TASK GOAL: Scan the data for lines with "UNSPECIFIED" and report the count by itself.

PROVIDED DATA:
___

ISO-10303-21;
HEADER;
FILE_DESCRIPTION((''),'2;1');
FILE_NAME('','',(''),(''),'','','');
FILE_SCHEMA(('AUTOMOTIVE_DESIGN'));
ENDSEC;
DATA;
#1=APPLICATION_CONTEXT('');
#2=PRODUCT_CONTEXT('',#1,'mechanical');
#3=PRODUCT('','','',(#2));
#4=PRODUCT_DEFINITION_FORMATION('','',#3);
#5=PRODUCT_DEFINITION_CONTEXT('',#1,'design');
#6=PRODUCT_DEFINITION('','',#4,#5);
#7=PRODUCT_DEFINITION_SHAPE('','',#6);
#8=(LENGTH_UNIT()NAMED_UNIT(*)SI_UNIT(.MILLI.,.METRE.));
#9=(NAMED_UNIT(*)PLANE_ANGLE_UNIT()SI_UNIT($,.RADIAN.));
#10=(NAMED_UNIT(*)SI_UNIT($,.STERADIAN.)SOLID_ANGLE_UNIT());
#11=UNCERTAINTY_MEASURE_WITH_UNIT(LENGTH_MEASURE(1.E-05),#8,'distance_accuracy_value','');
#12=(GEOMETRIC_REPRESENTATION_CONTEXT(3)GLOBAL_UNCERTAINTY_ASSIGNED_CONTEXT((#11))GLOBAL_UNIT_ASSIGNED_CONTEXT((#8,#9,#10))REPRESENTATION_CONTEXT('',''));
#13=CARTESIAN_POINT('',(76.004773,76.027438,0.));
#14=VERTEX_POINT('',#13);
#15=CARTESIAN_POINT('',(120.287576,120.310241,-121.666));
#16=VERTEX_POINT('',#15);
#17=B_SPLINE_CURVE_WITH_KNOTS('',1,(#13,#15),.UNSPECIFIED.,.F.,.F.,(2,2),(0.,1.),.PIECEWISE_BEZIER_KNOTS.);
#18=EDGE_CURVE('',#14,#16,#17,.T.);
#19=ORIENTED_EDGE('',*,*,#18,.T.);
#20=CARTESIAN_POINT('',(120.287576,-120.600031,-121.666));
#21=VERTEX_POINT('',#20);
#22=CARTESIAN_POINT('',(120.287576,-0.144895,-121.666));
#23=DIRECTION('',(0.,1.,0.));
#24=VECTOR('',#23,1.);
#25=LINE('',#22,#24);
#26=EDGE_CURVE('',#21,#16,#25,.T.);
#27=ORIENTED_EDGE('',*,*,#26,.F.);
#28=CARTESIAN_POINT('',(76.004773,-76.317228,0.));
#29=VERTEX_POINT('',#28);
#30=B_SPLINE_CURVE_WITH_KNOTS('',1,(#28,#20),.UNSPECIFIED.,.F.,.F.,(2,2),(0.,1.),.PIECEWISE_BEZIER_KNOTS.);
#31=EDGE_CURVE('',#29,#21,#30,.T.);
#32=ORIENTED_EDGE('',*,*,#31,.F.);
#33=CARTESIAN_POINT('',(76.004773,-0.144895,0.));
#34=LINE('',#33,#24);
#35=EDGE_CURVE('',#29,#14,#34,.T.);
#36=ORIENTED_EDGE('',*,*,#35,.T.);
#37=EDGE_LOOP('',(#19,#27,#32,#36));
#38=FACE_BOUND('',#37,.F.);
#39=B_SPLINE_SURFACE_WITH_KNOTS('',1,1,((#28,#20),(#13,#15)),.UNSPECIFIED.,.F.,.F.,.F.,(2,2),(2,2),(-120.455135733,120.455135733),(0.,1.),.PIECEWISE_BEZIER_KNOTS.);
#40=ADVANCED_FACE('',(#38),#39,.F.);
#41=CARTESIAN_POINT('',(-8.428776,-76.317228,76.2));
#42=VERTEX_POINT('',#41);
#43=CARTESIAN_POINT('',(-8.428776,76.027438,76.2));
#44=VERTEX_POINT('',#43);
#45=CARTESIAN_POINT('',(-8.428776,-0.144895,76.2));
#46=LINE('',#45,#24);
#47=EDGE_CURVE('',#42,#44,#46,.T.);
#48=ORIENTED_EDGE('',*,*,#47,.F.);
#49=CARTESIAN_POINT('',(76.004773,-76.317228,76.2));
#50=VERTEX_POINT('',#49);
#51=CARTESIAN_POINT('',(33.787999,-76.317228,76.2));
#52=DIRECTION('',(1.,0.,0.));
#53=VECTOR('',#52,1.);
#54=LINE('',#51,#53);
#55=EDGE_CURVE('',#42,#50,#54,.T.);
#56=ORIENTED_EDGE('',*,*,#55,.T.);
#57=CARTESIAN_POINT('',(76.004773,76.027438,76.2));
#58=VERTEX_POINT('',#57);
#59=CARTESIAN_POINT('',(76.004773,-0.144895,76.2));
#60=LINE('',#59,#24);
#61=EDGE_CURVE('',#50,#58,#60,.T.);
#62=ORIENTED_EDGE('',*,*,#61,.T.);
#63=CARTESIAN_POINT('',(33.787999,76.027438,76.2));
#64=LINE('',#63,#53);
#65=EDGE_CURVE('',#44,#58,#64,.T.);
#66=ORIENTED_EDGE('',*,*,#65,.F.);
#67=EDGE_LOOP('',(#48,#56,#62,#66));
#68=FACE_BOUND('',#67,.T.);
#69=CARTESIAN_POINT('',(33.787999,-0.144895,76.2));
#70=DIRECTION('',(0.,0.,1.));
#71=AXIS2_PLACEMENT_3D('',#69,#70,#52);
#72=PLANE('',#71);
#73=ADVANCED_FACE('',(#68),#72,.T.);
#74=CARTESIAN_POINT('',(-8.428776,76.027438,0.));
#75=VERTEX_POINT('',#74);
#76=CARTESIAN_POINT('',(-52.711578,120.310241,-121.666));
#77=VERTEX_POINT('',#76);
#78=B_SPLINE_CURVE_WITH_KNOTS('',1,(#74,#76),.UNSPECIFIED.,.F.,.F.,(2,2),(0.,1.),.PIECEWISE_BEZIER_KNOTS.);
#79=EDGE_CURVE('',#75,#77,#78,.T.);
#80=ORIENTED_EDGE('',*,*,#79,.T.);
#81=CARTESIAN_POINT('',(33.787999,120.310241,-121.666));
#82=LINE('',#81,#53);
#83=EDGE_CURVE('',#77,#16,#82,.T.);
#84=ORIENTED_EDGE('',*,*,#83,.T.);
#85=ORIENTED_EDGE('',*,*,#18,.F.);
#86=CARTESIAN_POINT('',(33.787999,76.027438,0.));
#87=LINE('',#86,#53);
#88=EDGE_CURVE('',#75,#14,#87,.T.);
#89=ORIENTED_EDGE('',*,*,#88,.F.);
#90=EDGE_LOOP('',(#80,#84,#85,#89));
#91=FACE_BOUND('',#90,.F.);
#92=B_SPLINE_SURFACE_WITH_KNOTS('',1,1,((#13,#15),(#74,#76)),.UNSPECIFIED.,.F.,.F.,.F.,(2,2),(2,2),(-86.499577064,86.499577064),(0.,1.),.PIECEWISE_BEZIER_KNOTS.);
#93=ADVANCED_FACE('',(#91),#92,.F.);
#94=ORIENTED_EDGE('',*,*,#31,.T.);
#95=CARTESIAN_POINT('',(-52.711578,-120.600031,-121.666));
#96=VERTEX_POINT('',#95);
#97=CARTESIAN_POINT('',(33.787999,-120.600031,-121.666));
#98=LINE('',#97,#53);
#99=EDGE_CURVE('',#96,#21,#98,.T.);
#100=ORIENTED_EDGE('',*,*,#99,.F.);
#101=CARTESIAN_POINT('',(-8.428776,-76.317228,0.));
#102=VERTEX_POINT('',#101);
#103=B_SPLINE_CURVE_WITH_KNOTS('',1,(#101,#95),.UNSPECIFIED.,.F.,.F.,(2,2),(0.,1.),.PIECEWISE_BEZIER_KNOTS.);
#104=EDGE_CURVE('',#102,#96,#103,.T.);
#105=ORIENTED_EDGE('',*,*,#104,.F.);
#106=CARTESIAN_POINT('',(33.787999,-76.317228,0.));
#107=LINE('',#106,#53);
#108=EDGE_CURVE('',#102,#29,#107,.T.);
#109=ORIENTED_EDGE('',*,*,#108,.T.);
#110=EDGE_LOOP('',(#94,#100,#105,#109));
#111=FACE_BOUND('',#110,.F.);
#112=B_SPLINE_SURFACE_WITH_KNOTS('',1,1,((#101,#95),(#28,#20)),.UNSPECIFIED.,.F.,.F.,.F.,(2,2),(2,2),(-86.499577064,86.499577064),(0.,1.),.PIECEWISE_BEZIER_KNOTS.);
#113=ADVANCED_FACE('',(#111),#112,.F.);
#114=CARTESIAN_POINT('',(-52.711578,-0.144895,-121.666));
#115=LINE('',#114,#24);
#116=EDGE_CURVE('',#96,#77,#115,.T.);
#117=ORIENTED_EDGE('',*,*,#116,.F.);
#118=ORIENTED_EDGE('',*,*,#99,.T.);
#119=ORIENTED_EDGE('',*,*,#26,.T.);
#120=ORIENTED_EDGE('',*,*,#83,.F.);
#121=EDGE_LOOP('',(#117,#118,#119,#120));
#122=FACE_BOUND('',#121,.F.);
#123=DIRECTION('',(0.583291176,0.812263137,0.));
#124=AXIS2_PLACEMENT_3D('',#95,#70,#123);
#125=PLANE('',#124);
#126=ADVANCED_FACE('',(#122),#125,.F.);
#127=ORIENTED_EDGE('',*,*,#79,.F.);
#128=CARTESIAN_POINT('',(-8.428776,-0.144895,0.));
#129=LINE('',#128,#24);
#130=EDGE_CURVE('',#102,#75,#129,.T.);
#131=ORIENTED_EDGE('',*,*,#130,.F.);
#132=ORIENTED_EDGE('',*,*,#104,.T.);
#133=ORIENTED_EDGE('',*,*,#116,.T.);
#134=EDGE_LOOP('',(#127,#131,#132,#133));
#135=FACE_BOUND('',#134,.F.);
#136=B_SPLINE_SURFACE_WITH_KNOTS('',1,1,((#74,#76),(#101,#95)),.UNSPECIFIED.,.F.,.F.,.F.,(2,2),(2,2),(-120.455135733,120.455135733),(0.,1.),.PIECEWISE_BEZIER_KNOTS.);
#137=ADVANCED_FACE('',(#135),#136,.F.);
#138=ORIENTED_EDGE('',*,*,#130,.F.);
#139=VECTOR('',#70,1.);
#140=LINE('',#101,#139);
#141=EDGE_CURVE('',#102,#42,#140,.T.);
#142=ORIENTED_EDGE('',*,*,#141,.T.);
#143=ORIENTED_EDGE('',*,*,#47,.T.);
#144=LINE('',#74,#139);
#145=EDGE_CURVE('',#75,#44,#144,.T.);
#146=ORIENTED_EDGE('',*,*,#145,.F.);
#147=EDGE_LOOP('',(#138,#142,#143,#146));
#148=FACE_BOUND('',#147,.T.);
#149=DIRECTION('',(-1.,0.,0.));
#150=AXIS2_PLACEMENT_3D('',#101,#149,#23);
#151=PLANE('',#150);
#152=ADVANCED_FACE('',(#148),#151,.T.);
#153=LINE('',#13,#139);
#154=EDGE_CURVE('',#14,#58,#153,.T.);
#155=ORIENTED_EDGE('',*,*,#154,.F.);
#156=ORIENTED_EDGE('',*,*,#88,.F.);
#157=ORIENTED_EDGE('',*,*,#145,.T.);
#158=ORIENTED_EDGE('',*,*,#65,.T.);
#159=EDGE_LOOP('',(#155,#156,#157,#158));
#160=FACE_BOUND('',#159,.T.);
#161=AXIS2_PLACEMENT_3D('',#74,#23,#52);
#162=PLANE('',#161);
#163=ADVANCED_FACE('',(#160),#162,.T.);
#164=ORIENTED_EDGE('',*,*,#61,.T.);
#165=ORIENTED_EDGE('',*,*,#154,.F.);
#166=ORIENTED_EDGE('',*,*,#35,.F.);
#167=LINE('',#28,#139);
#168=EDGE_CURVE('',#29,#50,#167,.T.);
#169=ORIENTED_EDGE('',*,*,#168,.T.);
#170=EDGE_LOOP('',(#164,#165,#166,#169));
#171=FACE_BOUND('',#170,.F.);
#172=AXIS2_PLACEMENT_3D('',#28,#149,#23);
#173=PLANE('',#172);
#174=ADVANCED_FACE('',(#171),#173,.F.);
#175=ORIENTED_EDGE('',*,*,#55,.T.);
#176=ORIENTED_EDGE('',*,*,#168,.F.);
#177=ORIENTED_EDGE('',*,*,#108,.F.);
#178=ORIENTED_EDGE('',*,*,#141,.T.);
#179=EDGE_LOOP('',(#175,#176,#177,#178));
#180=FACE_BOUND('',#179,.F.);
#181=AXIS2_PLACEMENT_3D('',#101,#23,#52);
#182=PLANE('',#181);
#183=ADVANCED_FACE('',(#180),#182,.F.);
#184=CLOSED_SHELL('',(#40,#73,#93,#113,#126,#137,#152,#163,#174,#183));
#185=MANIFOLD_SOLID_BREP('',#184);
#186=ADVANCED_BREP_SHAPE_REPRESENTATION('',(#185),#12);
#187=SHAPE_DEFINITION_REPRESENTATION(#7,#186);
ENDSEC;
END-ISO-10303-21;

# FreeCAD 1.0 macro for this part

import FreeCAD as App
import Part
import Sketcher
from FreeCAD import Vector
Q = App.Units.Quantity

doc = App.newDocument("Part")
body = doc.addObject("PartDesign::Body", "Body")

# Sketch on XY plane
sketch1 = body.newObject("Sketcher::SketchObject", "Sketch")
sketch1.AttachmentSupport = (doc.getObject("XY_Plane"), [""])
sketch1.MapMode = "FlatFace"
sketch1.addGeometry([
    Part.LineSegment(Vector(-8, 76, 0), Vector(-8, -76, 0)),
    Part.LineSegment(Vector(-8, -76, 0), Vector(76, -76, 0)),
    Part.LineSegment(Vector(76, -76, 0), Vector(76, 76, 0)),
    Part.LineSegment(Vector(76, 76, 0), Vector(-8, 76, 0)),
], False)
sketch1.addConstraint([
    Sketcher.Constraint("Coincident", 0, 2, 1, 1),
    Sketcher.Constraint("Coincident", 1, 2, 2, 1),
    Sketcher.Constraint("Coincident", 2, 2, 3, 1),
    Sketcher.Constraint("Coincident", 3, 2, 0, 1),
    Sketcher.Constraint("Vertical", 0),
    Sketcher.Constraint("Horizontal", 1),
    Sketcher.Constraint("Vertical", 2),
    Sketcher.Constraint("Horizontal", 3),
    Sketcher.Constraint("DistanceX", 1, 1, 1, 2, Q("84.433549 mm")),
    Sketcher.Constraint("DistanceY", 0, 2, 0, 1, Q("152.344666 mm")),
    Sketcher.Constraint("DistanceY", 0, 2, -1, 1, Q("76.317228 mm")),
    Sketcher.Constraint("DistanceX", 0, 2, -1, 1, Q("8.428776 mm")),
])
pad1 = body.newObject("PartDesign::Pad", "Pad")
pad1.Profile = sketch1
pad1.Length = Q("3 in")
pad2 = body.newObject("PartDesign::Pad", "Pad001")
pad2.Profile = sketch1
pad2.Length = Q("4.79 in")
pad2.Reversed = True
pad2.TaperAngle = 20

doc.recompute()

___

SOLVED PROBLEM: 8